Purpose: To perform a detailed clinical, psychophysical, and molecular assessment of members of 4 families with an unusual X-linked cone dysfunction syndrome associated with myopia.
Participants: Affected and unaffected members of 4 British nonconsanguineous families.
Methods: Subjects underwent both detailed clinical examination and psychophysical testing. After informed consent was obtained, blood samples were taken for DNA extraction, and molecular genetic analysis was performed. The strategy for molecular analysis was to amplify the coding regions of the long and middle wavelength-sensitive cone opsin genes and the upstream locus control region by polymerase chain reaction and to examine these fragments for mutations by sequencing of DNA.
Results: The phenotype was almost identical in all 4 families, consisting of moderate to high myopia, astigmatism, moderately reduced acuity, and normal fundi. Electroretinography showed abnormal cone but normal rod responses. Psychophysical testing showed a selective impairment of long cones in combination with well-preserved middle cone and short cone function. There was no evidence to suggest that the phenotype was progressive. Molecular analysis of the X-linked opsin gene array in the 4 families indicated that affected males have inherited the same X-chromosome from their mother. In 2 families, a long/middle hybrid gene was detected. In a third family, the commonly described deleterious Cys203Arg amino acid substitution was identified in both the long and middle opsin genes. In the fourth family, the only abnormality was absence of a middle opsin exon 2; the cause of the protanopia in this family is uncertain.

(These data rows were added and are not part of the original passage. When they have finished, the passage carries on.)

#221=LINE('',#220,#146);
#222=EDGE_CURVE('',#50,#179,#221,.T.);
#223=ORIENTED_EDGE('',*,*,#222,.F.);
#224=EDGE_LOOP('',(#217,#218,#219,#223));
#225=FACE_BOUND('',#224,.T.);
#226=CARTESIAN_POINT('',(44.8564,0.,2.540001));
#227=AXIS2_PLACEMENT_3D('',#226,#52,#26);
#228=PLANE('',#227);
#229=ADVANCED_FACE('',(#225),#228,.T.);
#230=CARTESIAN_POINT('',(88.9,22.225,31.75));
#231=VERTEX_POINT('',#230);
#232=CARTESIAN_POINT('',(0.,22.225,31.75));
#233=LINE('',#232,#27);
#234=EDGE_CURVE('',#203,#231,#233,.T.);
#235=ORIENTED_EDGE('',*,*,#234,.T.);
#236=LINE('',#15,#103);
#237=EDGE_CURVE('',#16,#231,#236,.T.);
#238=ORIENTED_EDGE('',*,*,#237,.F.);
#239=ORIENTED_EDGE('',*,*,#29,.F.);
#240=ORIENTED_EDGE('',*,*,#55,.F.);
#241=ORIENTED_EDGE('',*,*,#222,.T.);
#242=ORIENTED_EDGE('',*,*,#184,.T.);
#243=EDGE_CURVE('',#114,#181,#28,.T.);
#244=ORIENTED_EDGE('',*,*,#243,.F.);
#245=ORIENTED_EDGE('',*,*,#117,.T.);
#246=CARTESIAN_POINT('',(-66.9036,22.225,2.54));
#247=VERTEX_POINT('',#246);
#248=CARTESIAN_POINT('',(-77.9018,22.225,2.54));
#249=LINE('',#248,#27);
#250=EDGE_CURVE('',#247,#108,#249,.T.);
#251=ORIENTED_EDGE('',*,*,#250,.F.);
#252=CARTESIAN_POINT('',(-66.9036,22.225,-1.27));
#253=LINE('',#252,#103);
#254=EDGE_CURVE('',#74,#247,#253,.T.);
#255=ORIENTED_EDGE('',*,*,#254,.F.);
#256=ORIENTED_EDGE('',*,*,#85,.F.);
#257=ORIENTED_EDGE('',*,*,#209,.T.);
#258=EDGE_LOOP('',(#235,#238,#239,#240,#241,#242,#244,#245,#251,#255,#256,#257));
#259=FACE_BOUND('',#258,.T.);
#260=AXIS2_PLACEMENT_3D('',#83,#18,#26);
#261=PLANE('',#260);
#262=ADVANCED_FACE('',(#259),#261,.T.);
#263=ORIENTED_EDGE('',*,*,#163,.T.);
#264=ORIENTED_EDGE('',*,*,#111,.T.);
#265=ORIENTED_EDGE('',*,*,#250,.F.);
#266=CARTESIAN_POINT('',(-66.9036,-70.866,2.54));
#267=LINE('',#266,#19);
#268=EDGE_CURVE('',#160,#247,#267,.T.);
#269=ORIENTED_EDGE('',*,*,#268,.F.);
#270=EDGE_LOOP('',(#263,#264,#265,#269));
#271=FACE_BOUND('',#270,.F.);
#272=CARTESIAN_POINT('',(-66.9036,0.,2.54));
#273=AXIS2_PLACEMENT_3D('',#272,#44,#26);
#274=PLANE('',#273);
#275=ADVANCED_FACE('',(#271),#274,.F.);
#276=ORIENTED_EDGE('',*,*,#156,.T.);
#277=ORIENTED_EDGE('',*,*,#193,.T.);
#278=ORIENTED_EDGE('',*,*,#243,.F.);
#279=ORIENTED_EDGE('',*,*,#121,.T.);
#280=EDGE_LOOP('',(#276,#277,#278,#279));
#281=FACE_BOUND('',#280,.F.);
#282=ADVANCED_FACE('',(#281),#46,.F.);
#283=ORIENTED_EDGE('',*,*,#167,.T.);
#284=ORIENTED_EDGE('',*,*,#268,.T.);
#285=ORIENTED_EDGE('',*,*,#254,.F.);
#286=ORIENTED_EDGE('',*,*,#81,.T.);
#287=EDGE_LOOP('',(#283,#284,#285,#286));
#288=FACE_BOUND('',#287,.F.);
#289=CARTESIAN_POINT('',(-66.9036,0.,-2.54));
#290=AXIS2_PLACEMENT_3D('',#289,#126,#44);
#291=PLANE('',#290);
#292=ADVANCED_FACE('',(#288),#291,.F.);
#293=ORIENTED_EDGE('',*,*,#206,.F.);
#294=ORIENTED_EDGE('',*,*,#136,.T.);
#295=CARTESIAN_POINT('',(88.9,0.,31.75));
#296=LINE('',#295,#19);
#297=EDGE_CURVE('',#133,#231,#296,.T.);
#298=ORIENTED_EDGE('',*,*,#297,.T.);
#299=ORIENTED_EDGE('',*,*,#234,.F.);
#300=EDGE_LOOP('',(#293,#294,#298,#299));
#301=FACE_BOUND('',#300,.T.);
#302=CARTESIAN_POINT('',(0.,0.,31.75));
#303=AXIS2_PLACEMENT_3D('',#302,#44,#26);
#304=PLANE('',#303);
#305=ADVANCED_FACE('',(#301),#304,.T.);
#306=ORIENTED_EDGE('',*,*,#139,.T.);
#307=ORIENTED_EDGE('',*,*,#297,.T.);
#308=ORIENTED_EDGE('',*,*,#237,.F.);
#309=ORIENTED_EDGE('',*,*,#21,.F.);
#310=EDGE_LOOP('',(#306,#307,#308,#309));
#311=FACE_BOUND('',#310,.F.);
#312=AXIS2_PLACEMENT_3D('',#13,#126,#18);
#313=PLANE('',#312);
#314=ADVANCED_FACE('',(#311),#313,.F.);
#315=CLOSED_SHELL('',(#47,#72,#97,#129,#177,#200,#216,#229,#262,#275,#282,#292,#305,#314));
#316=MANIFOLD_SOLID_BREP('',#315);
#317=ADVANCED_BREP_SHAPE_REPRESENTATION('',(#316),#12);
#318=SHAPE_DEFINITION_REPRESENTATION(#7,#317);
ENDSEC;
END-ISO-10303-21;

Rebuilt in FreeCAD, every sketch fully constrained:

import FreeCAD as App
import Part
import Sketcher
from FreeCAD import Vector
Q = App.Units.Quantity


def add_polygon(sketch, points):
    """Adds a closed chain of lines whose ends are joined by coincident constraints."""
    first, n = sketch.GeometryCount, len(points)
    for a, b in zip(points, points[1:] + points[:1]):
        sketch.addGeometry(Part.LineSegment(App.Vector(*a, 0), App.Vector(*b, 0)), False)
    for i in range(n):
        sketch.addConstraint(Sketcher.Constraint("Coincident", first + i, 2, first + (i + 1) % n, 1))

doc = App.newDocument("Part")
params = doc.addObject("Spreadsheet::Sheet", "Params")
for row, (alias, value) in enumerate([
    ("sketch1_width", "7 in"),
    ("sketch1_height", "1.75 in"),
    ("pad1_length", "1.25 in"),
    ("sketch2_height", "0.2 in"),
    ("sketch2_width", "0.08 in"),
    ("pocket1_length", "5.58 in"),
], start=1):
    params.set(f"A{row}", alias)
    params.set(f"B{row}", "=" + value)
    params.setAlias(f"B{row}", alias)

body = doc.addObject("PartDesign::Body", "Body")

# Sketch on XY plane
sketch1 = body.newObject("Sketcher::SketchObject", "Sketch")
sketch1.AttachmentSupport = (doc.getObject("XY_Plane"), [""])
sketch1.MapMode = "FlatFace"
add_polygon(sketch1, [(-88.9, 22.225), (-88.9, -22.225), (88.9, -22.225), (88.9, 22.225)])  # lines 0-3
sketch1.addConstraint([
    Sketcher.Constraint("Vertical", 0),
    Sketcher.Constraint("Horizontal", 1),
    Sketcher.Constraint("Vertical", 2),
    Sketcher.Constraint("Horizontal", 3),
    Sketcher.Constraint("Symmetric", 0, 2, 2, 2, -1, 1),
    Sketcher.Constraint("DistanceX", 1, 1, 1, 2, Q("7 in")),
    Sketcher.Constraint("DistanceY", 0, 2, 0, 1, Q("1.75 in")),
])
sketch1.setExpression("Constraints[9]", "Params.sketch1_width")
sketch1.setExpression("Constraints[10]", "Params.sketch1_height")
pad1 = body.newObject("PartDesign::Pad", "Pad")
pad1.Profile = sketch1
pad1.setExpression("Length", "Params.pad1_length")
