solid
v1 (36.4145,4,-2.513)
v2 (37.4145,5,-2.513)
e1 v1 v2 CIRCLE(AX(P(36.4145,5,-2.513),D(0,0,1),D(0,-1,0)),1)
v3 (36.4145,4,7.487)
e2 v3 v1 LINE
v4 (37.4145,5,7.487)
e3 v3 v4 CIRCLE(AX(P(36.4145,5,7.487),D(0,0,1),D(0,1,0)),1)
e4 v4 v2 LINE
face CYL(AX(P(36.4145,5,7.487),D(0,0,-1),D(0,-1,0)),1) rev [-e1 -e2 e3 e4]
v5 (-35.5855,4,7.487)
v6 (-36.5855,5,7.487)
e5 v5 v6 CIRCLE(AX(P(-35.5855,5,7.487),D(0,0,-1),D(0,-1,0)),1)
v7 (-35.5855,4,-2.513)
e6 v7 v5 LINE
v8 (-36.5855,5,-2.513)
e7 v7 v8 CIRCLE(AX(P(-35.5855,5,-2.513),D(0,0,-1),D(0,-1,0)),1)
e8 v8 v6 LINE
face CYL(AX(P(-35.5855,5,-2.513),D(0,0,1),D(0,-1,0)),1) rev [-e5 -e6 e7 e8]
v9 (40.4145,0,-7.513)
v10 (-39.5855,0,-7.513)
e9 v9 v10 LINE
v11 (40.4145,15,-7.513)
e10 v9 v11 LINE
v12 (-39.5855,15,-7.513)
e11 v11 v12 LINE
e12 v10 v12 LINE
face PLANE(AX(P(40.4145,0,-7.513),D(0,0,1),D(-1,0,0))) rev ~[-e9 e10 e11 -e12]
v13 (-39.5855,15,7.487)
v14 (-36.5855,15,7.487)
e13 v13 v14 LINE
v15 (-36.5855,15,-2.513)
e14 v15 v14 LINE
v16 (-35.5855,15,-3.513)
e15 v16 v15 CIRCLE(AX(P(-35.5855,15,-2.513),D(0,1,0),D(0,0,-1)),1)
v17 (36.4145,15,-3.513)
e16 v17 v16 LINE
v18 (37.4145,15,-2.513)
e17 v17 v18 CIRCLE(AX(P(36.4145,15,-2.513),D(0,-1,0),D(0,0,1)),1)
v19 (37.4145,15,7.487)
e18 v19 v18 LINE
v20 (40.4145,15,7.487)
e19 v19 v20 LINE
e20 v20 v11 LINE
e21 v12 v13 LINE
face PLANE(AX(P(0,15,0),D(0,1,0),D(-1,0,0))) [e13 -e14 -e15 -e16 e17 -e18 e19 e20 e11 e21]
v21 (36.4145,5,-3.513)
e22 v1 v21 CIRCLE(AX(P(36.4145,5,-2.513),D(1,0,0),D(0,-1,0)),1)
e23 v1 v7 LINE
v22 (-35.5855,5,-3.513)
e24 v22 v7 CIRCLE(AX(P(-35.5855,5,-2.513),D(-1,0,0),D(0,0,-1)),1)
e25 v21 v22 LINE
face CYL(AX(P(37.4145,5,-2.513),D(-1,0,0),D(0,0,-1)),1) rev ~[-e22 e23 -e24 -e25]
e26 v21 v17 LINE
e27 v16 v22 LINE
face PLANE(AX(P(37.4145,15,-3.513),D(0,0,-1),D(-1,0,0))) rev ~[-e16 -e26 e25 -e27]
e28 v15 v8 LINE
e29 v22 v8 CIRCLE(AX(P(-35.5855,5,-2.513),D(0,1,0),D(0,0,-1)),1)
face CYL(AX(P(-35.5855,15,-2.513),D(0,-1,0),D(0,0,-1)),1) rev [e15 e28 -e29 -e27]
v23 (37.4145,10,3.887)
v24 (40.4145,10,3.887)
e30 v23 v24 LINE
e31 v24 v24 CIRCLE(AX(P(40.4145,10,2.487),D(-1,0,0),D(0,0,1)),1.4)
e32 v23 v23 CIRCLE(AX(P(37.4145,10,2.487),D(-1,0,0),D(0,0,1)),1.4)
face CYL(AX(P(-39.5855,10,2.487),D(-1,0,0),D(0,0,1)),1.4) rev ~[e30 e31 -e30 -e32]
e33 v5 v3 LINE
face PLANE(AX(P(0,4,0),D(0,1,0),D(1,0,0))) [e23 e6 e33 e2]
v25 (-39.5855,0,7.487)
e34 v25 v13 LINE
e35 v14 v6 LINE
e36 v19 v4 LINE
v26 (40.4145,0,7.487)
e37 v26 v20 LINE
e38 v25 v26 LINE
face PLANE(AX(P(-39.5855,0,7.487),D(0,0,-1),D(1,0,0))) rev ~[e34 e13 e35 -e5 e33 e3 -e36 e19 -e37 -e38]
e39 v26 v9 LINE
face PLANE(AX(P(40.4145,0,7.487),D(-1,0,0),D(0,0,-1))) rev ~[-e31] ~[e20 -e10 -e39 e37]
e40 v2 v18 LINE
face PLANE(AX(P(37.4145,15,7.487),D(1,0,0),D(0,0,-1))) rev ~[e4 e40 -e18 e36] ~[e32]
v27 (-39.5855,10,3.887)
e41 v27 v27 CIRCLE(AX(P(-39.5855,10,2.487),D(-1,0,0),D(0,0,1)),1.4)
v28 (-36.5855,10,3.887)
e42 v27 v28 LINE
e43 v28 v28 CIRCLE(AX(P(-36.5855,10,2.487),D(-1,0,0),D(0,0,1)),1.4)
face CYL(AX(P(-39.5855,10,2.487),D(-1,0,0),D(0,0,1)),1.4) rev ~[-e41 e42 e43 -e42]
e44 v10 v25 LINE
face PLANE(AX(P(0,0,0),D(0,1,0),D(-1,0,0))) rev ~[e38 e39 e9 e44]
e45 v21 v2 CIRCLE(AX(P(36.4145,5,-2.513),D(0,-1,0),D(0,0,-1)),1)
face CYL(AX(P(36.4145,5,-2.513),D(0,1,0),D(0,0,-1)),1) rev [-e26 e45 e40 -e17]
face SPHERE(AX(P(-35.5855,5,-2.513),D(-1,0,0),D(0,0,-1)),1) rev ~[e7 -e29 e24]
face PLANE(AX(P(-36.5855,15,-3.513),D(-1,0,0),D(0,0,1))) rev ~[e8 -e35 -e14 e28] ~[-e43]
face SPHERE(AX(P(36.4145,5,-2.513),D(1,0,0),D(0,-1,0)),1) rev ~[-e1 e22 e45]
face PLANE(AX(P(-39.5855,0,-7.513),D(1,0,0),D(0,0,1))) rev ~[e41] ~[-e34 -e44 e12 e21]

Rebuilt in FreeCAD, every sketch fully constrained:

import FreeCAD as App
import Part
import Sketcher


def edges_at(feature, points):
    """Names of the edges that pass closest to the given points."""
    edges = feature.Shape.Edges
    near = lambda p: min(range(len(edges)), key=lambda i: edges[i].distToShape(Part.Vertex(*p))[0])
    return sorted({f"Edge{near(p) + 1}" for p in points})


def add_polygon(sketch, points):
    """Adds a closed chain of lines whose ends are joined by coincident constraints."""
    first, n = sketch.GeometryCount, len(points)
    for a, b in zip(points, points[1:] + points[:1]):
        sketch.addGeometry(Part.LineSegment(App.Vector(*a, 0), App.Vector(*b, 0)), False)
    for i in range(n):
        sketch.addConstraint(Sketcher.Constraint("Coincident", first + i, 2, first + (i + 1) % n, 1))

doc = App.newDocument("Part")
params = doc.addObject("Spreadsheet::Sheet", "Params")
for row, (alias, value) in enumerate([
    ("sketch1_width", "80 mm"),
    ("sketch1_height", "15 mm"),
    ("pad1_length", "15 mm"),
    ("sketch2_width", "74 mm"),
    ("sketch2_height", "11 mm"),
    ("pocket1_length", "11 mm"),
    ("sketch3_diameter", "2.8 mm"),
    ("fillet_radius", "1 mm"),
    ("fillet2_radius", "1 mm"),
    ("fillet3_radius", "1 mm"),
], start=1):
    params.set(f"A{row}", alias)
    params.set(f"B{row}", "=" + value)
    params.setAlias(f"B{row}", alias)

body = doc.addObject("PartDesign::Body", "Body")

sketch1 = body.newObject("Sketcher::SketchObject", "Sketch")
sketch1.AttachmentSupport = (doc.getObject("XZ_Plane"), [""])
sketch1.MapMode = "FlatFace"
add_polygon(sketch1, [(-40, -8), (-40, 7), (40, 7), (40, -8)])
sketch1.addConstraint([
    Sketcher.Constraint("Vertical", 0),
    Sketcher.Constraint("Horizontal", 1),
    Sketcher.Constraint("Vertical", 2),
    Sketcher.Constraint("Horizontal", 3),
    Sketcher.Constraint("DistanceX", 1, 1, 1, 2, 80.0),
    Sketcher.Constraint("DistanceY", 0, 1, 0, 2, 15.0),
    Sketcher.Constraint("DistanceY", -1, 1, 0, 2, 7.487),
    Sketcher.Constraint("DistanceX", 0, 2, -1, 1, 39.5855),
])
sketch1.setExpression("Constraints[8]", "Params.sketch1_width")
sketch1.setExpression("Constraints[9]", "Params.sketch1_height")
pad1 = body.newObject("PartDesign::Pad", "Pad")
pad1.Profile = sketch1
pad1.setExpression("Length", "Params.pad1_length")
pad1.Reversed = True

sketch2 = body.newObject("Sketcher::SketchObject", "Sketch001")
sketch2.AttachmentSupport = (doc.getObject("XZ_Plane"), [""])
sketch2.MapMode = "FlatFace"
sketch2.AttachmentOffset = App.Placement(App.Vector(0, 0, -15), App.Rotation())
add_polygon(sketch2, [(-37, -4), (-37, 7), (37, 7), (37, -4)])
sketch2.addConstraint([
    Sketcher.Constraint("Vertical", 0),
    Sketcher.Constraint("Horizontal", 1),
    Sketcher.Constraint("Vertical", 2),
    Sketcher.Constraint("Horizontal", 3),
    Sketcher.Constraint("DistanceX", 1, 1, 1, 2, 74.0),
    Sketcher.Constraint("DistanceY", 0, 1, 0, 2, 11.0),
    Sketcher.Constraint("DistanceY", -1, 1, 0, 2, 7.487),
    Sketcher.Constraint("DistanceX", 0, 2, -1, 1, 36.5855),
])
sketch2.setExpression("Constraints[8]", "Params.sketch2_width")
sketch2.setExpression("Constraints[9]", "Params.sketch2_height")
pocket1 = body.newObject("PartDesign::Pocket", "Pocket")
pocket1.Profile = sketch2
pocket1.setExpression("Length", "Params.pocket1_length")
pocket1.Reversed = True

sketch3 = body.newObject("Sketcher::SketchObject", "Sketch002")
sketch3.AttachmentSupport = (doc.getObject("YZ_Plane"), [""])
sketch3.MapMode = "FlatFace"
sketch3.AttachmentOffset = App.Placement(App.Vector(0, 0, -39.5855), App.Rotation())
sketch3.addGeometry(Part.Circle(App.Vector(10, 2.5, 0), App.Vector(0, 0, 1), 1.4), False)
sketch3.addConstraint([
    Sketcher.Constraint("Diameter", 0, 2.8),
    Sketcher.Constraint("DistanceX", -1, 1, 0, 3, 10.0),
    Sketcher.Constraint("DistanceY", -1, 1, 0, 3, 2.487),
])
sketch3.setExpression("Constraints[0]", "Params.sketch3_diameter")
pocket2 = body.newObject("PartDesign::Pocket", "Pocket001")
pocket2.Profile = sketch3
pocket2.Type = "ThroughAll"
pocket2.Reversed = True
doc.recompute()

fillet = body.newObject("PartDesign::Fillet", "Fillet")
fillet.Base = (pocket2, edges_at(pocket2, [(0.414, 4, -3.513)]))
fillet.setExpression("Radius", "Params.fillet_radius")
doc.recompute()

fillet2 = body.newObject("PartDesign::Fillet", "Fillet001")
fillet2.Base = (fillet, edges_at(fillet, [(-36.586, 10, -3.513), (-36.586, 4.293, -3.22), (-36.586, 4, 2.487)]))
fillet2.setExpression("Radius", "Params.fillet2_radius")
doc.recompute()

fillet3 = body.newObject("PartDesign::Fillet", "Fillet002")
fillet3.Base = (fillet2, edges_at(fillet2, [(37.414, 4, 2.487), (37.414, 4.293, -3.22), (37.414, 10, -3.513)]))
fillet3.setExpression("Radius", "Params.fillet3_radius")

doc.recompute()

Conclusions: The X-linked cone dysfunction syndrome associated with myopia and dichromacy described here has many similarities to Bornholm eye disease, a condition previously mapped to Xq28. Except for the Cys203Arg substitution in one family, no alterations in the opsin gene array were identified that could underlie the cone dysfunction. It is therefore possible that the cone dysfunction may have a genetic origin different from that of the dichromacy.